## WORK TASK
Take the lines below beginning at the line that has "f 201 181 107" and stopping after the line that has "f 309 313 315", and print them exactly as they are, with no other lines.

DATA RECORDS Start Marker

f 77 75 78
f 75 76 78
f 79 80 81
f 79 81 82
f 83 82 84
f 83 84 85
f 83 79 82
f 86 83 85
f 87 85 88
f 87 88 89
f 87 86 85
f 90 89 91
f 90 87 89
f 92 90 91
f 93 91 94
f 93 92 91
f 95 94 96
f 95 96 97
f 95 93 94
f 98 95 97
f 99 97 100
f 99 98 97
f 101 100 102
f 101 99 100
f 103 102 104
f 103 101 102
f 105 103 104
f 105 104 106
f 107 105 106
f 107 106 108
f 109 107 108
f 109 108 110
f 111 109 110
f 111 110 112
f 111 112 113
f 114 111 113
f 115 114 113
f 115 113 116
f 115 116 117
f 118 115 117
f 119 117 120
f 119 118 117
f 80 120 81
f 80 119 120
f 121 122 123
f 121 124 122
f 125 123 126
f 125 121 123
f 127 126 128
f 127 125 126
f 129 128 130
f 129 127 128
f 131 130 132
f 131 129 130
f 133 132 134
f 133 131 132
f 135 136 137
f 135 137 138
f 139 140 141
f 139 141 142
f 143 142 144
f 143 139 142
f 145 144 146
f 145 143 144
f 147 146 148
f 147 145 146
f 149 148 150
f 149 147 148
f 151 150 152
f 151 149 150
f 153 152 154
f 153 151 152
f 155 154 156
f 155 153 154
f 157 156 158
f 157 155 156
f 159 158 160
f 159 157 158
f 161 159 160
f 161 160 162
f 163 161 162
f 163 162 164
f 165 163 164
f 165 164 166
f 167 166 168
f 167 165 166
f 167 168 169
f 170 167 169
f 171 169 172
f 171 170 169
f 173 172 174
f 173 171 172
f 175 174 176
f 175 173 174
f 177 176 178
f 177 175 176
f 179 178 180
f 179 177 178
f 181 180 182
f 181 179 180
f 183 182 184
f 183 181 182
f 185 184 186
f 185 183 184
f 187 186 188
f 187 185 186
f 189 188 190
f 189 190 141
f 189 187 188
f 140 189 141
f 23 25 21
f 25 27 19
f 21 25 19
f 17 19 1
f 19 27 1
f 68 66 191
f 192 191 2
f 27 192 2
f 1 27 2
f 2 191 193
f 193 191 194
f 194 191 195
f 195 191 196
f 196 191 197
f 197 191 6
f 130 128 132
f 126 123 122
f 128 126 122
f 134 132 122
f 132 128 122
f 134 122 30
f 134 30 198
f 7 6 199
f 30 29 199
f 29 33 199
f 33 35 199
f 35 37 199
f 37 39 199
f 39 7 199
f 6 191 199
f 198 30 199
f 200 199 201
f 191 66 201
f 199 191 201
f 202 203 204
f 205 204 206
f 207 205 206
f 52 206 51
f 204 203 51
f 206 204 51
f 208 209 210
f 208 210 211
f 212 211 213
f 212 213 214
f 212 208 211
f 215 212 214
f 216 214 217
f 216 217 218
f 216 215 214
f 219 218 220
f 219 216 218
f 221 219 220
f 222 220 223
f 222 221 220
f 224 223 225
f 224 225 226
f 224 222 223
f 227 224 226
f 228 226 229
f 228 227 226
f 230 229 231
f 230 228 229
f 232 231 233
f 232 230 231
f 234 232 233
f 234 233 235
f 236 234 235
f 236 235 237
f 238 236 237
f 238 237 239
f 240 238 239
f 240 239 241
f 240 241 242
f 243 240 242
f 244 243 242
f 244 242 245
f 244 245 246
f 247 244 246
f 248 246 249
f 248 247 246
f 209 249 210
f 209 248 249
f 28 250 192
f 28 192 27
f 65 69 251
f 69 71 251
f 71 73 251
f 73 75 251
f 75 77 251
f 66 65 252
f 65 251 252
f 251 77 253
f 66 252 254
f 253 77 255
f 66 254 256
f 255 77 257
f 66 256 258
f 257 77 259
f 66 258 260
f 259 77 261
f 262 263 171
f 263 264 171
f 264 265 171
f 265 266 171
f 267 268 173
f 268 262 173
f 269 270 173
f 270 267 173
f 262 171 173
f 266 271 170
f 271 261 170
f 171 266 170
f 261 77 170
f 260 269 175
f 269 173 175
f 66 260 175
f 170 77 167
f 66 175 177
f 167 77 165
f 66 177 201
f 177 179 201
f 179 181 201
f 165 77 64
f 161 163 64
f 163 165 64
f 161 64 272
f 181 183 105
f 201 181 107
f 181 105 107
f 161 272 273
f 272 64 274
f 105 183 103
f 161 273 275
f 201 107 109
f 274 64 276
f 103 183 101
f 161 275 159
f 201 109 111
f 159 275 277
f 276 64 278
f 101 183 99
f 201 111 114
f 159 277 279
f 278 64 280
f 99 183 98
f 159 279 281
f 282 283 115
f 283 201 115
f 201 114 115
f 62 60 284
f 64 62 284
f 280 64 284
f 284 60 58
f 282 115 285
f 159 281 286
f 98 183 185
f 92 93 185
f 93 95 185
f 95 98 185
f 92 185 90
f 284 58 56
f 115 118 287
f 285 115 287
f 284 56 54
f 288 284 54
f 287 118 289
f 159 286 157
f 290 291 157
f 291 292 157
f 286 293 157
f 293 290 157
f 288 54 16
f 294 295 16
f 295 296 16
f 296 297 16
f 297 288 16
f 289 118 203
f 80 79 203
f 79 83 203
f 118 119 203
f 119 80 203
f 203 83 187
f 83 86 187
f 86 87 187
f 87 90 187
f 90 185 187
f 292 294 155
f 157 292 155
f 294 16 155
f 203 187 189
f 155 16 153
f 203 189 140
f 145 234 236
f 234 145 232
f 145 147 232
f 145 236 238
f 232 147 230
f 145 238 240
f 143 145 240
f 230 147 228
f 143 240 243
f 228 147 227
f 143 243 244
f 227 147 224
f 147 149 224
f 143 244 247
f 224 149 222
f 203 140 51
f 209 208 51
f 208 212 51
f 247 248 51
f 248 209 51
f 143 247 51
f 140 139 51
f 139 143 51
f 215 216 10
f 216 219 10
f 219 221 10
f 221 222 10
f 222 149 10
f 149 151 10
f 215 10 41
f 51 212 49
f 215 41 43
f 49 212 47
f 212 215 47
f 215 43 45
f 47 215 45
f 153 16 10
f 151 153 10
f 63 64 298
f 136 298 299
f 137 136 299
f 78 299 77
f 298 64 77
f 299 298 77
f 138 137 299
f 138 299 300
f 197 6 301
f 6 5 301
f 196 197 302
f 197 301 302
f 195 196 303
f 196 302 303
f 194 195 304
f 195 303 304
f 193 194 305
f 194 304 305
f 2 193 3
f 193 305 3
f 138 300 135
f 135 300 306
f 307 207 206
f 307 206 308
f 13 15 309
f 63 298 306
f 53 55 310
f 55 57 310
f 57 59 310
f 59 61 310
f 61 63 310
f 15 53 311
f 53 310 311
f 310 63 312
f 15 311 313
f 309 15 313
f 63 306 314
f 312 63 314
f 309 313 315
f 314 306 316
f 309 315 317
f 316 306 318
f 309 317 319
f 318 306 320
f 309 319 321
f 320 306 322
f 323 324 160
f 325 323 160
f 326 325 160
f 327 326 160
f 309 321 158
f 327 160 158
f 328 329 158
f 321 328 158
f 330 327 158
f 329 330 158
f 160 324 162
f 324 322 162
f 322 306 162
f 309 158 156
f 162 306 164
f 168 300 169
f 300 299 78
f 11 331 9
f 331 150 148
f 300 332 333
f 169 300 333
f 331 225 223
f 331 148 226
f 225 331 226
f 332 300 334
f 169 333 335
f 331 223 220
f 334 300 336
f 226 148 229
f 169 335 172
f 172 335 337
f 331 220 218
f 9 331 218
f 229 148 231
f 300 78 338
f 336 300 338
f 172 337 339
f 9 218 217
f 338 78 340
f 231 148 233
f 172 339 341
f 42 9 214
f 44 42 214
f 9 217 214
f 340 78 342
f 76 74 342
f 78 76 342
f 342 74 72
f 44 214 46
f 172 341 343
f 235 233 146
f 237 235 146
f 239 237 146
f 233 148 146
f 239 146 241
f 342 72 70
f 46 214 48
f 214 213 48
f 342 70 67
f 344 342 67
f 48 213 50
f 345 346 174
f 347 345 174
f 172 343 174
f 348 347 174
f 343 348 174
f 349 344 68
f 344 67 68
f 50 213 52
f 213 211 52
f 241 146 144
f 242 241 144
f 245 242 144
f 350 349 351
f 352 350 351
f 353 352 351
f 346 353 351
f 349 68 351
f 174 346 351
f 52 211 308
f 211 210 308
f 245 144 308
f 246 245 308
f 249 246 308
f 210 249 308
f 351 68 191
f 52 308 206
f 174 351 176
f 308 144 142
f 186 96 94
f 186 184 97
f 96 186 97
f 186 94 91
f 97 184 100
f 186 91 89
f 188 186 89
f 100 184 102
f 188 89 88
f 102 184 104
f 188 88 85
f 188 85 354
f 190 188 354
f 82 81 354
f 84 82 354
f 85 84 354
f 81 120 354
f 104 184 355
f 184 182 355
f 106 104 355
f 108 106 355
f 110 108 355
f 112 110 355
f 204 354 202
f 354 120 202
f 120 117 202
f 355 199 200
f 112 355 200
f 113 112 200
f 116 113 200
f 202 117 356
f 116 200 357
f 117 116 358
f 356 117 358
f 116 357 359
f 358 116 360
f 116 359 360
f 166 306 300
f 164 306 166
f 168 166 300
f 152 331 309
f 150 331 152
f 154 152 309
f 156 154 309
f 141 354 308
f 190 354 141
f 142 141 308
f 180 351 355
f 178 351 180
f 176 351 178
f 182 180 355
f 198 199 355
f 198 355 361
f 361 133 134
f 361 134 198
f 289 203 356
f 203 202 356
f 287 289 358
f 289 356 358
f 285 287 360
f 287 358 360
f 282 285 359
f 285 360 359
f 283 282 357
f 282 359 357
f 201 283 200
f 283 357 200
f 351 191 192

DATA RECORDS End Marker

## EXERCISE RESULT
f 201 181 107
f 181 105 107
f 161 272 273
f 272 64 274
f 105 183 103
f 161 273 275
f 201 107 109
f 274 64 276
f 103 183 101
f 161 275 159
f 201 109 111
f 159 275 277
f 276 64 278
f 101 183 99
f 201 111 114
f 159 277 279
f 278 64 280
f 99 183 98
f 159 279 281
f 282 283 115
f 283 201 115
f 201 114 115
f 62 60 284
f 64 62 284
f 280 64 284
f 284 60 58
f 282 115 285
f 159 281 286
f 98 183 185
f 92 93 185
f 93 95 185
f 95 98 185
f 92 185 90
f 284 58 56
f 115 118 287
f 285 115 287
f 284 56 54
f 288 284 54
f 287 118 289
f 159 286 157
f 290 291 157
f 291 292 157
f 286 293 157
f 293 290 157
f 288 54 16
f 294 295 16
f 295 296 16
f 296 297 16
f 297 288 16
f 289 118 203
f 80 79 203
f 79 83 203
f 118 119 203
f 119 80 203
f 203 83 187
f 83 86 187
f 86 87 187
f 87 90 187
f 90 185 187
f 292 294 155
f 157 292 155
f 294 16 155
f 203 187 189
f 155 16 153
f 203 189 140
f 145 234 236
f 234 145 232
f 145 147 232
f 145 236 238
f 232 147 230
f 145 238 240
f 143 145 240
f 230 147 228
f 143 240 243
f 228 147 227
f 143 243 244
f 227 147 224
f 147 149 224
f 143 244 247
f 224 149 222
f 203 140 51
f 209 208 51
f 208 212 51
f 247 248 51
f 248 209 51
f 143 247 51
f 140 139 51
f 139 143 51
f 215 216 10
f 216 219 10
f 219 221 10
f 221 222 10
f 222 149 10
f 149 151 10
f 215 10 41
f 51 212 49
f 215 41 43
f 49 212 47
f 212 215 47
f 215 43 45
f 47 215 45
f 153 16 10
f 151 153 10
f 63 64 298
f 136 298 299
f 137 136 299
f 78 299 77
f 298 64 77
f 299 298 77
f 138 137 299
f 138 299 300
f 197 6 301
f 6 5 301
f 196 197 302
f 197 301 302
f 195 196 303
f 196 302 303
f 194 195 304
f 195 303 304
f 193 194 305
f 194 304 305
f 2 193 3
f 193 305 3
f 138 300 135
f 135 300 306
f 307 207 206
f 307 206 308
f 13 15 309
f 63 298 306
f 53 55 310
f 55 57 310
f 57 59 310
f 59 61 310
f 61 63 310
f 15 53 311
f 53 310 311
f 310 63 312
f 15 311 313
f 309 15 313
f 63 306 314
f 312 63 314
f 309 313 315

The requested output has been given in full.